А еще точнее, думала она, смогла бы она сыграть Дездемону? Чем больше она вникала в роль, тем меньше она ей нравилась. Дездемона казалась ей бесхарактерной и излишне доверчивой, неоправданно долго терпевшей приступы плохого настроения и ревности своего надменного, заблуждающегося мужа, когда любая разумная женщина на ее месте давно бы ушла от него. Фелисия чувствовала, что начинает презирать ее; одновременно с тем она считала, что опоздала по крайней мере лет на пять, чтобы играть легкомысленную девственницу, очарованную мужчиной много старше нее, пусть и мавром.

Хуже всего было то, что сцена смерти Дездемоны в пьесе беспокоила Фелисию больше, чем она хотела в этом признаться. Она всегда страдала от страха задохнуться, поэтому спала на жестких подушках и с открытыми окнами. Доктор Фогель определил это как легкую форму клаустрофобии. Фелисия не видела в этом ничего удивительного – ее отец предпочитал жить на африканской равнине, ставил свою палатку всегда в таких местах, откуда на сотни миль открывались широкие просторы; ее мать боялась темноты и всю ночь держала включенным свет в своей спальне.

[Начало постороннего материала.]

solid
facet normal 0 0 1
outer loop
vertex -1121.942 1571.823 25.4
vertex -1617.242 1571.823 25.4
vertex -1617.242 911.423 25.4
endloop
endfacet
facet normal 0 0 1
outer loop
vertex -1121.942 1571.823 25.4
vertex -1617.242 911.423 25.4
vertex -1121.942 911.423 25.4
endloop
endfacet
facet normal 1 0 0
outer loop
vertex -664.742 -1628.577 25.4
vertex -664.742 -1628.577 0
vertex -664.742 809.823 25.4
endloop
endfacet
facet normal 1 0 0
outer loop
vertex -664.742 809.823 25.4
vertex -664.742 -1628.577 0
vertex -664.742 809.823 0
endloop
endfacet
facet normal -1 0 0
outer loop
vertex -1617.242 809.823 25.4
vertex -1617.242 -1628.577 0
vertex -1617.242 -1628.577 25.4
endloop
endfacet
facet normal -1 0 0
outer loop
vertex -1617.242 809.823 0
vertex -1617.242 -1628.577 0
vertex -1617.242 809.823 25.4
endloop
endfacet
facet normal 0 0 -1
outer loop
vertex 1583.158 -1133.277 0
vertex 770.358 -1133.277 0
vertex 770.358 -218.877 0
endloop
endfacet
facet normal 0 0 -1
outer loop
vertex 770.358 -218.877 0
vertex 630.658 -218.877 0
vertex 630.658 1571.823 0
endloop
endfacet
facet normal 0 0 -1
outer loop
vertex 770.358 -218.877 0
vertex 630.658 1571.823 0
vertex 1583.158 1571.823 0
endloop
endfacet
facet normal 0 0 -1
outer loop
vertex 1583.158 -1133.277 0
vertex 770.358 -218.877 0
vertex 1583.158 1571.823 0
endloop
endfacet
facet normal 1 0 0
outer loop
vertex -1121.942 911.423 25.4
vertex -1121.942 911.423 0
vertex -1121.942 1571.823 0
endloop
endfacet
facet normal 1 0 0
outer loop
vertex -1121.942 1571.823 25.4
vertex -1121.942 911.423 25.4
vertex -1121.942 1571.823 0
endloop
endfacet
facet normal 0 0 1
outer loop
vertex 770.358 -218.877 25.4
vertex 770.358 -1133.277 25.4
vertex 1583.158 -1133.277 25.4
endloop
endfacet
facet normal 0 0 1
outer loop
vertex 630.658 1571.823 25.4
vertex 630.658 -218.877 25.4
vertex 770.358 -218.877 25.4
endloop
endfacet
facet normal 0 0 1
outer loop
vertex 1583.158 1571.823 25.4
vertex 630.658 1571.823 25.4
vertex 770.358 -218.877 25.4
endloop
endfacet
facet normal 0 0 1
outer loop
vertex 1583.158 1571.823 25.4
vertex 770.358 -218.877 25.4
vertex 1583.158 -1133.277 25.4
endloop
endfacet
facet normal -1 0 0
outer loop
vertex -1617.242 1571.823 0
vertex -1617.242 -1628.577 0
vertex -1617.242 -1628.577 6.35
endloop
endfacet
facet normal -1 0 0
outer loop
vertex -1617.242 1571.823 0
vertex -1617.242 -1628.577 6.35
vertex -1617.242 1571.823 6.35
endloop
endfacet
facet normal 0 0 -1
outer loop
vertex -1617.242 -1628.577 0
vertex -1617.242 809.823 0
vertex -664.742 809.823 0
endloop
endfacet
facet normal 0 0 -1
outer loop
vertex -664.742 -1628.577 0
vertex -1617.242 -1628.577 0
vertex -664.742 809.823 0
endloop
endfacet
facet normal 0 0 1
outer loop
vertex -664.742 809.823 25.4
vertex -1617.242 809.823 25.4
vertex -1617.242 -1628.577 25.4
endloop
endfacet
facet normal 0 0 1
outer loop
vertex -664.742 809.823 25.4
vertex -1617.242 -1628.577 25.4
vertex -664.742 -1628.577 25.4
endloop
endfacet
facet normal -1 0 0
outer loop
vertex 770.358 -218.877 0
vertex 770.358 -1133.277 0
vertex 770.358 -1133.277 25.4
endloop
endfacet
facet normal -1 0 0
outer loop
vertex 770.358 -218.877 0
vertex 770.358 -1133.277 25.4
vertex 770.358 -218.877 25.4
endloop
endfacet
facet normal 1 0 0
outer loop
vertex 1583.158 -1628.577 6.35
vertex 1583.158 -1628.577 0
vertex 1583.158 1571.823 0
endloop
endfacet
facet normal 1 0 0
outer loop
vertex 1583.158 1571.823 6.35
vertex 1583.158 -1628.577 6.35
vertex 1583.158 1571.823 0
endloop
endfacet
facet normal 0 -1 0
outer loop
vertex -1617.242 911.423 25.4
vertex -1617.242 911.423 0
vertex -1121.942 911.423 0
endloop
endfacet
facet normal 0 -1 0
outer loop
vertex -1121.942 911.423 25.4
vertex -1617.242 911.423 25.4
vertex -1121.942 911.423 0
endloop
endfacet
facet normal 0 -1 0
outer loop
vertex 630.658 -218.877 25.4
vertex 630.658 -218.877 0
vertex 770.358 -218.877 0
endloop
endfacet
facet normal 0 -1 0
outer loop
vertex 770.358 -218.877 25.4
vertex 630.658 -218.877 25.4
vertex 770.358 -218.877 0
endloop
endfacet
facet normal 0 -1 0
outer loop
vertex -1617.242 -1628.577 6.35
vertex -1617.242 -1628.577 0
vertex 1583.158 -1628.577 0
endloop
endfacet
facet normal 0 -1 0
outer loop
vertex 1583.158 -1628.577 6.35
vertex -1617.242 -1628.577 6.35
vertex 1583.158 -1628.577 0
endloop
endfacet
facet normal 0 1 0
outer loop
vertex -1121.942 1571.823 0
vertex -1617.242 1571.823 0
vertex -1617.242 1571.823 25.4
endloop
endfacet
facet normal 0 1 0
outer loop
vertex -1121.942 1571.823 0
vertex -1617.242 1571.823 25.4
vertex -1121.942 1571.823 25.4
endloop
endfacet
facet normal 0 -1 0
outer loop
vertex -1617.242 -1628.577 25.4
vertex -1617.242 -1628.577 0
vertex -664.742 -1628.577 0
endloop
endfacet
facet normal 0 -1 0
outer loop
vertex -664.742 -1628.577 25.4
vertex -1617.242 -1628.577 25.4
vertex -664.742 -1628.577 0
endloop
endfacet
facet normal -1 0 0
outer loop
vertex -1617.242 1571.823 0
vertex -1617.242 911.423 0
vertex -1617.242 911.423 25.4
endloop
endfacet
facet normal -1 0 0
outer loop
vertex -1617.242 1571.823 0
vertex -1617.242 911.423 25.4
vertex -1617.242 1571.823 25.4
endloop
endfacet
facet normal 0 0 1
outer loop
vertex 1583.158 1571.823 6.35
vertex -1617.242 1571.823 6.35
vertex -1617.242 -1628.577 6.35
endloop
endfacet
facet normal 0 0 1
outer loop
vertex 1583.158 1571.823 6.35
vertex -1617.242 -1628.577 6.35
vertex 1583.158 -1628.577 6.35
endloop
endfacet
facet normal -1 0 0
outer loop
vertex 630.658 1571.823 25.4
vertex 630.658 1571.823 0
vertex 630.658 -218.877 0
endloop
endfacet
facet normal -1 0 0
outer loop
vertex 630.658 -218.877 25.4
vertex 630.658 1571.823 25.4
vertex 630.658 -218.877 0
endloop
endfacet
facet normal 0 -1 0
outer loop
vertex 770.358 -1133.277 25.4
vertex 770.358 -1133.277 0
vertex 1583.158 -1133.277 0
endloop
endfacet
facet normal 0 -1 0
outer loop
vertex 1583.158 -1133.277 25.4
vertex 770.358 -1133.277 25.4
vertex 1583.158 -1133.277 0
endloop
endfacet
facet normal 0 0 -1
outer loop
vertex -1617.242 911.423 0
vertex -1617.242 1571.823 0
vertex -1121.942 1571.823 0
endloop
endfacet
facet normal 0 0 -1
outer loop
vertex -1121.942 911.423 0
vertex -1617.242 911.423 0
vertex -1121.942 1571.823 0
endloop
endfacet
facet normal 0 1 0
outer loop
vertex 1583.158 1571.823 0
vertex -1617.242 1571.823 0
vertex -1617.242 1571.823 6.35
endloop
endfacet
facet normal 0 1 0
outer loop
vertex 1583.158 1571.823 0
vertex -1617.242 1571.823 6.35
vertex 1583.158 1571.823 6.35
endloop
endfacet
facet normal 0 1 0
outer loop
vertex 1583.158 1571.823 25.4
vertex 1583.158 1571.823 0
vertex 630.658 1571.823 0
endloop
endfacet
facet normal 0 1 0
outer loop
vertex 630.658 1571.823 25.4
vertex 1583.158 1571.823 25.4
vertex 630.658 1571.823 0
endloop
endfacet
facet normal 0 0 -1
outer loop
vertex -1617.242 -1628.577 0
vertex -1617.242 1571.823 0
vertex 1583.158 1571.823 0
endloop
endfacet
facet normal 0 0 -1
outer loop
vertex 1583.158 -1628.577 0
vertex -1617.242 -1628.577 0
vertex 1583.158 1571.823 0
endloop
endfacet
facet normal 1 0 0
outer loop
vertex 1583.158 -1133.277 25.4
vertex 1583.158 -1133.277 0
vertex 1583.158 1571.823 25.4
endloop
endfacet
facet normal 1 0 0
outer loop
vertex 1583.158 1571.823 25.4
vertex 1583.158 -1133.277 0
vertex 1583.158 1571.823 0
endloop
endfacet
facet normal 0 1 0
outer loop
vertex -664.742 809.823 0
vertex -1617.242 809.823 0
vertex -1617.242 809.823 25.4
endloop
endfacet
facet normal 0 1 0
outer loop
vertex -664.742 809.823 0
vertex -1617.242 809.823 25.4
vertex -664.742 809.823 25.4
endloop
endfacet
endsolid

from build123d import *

# Parameters (mm, degrees)
F1_W     = 812.8
F1_H     = 914.4
F1_W_2   = 952.5
F1_H_2   = 2438.4
F1_W_3   = 495.3
F1_H_3   = 660.4
F2_DEPTH = 25.4
F0_W     = 3200.4
F0_H     = 3200.4
F3_DEPTH = 6.35


with BuildPart() as f2:
    # F1 (on face) → F2 (new body)
    with BuildSketch(Plane.XY):
        Polygon((1583.157545, 1571.823387), (630.657545, 1571.823387), (630.657545, -218.876613), (770.357545, -218.876613), (1583.157545, -218.876613), align=None)
        with Locations((1176.757545, -676.076613)):
            Rectangle(F1_W, F1_H)
        with Locations((-1140.992455, -409.376613)):
            Rectangle(F1_W_2, F1_H_2)
        with Locations((-1369.592455, 1241.623387)):
            Rectangle(F1_W_3, F1_H_3)
    extrude(amount=F2_DEPTH)


with BuildPart() as f3:
    # F0 (on Top) → F3 (new body)
    with BuildSketch(Plane.XY):
        with Locations((-17.042455, -28.376613)):
            Rectangle(F0_W, F0_H)
    extrude(amount=F3_DEPTH)


solid = Compound([f2.part, f3.part])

Ее страх быть задушенной в конце пьесы был реальным и очень сильным – настолько сильным, что она начинала нервничать, забывать свои слова и не могла сосредоточиться на репетициях. Это было похоже на ожидание назначенного на конец дня визита к дантисту – какие бы события ни происходили в этот день, он был испорчен сознанием того, что в конце тебе будет больно. По мере того, как проходила репетиция, она не могла думать ни о чем другом, кроме приближающегося момента, когда Отелло – Робби – толкнет ее на кровать и накроет лицо подушкой.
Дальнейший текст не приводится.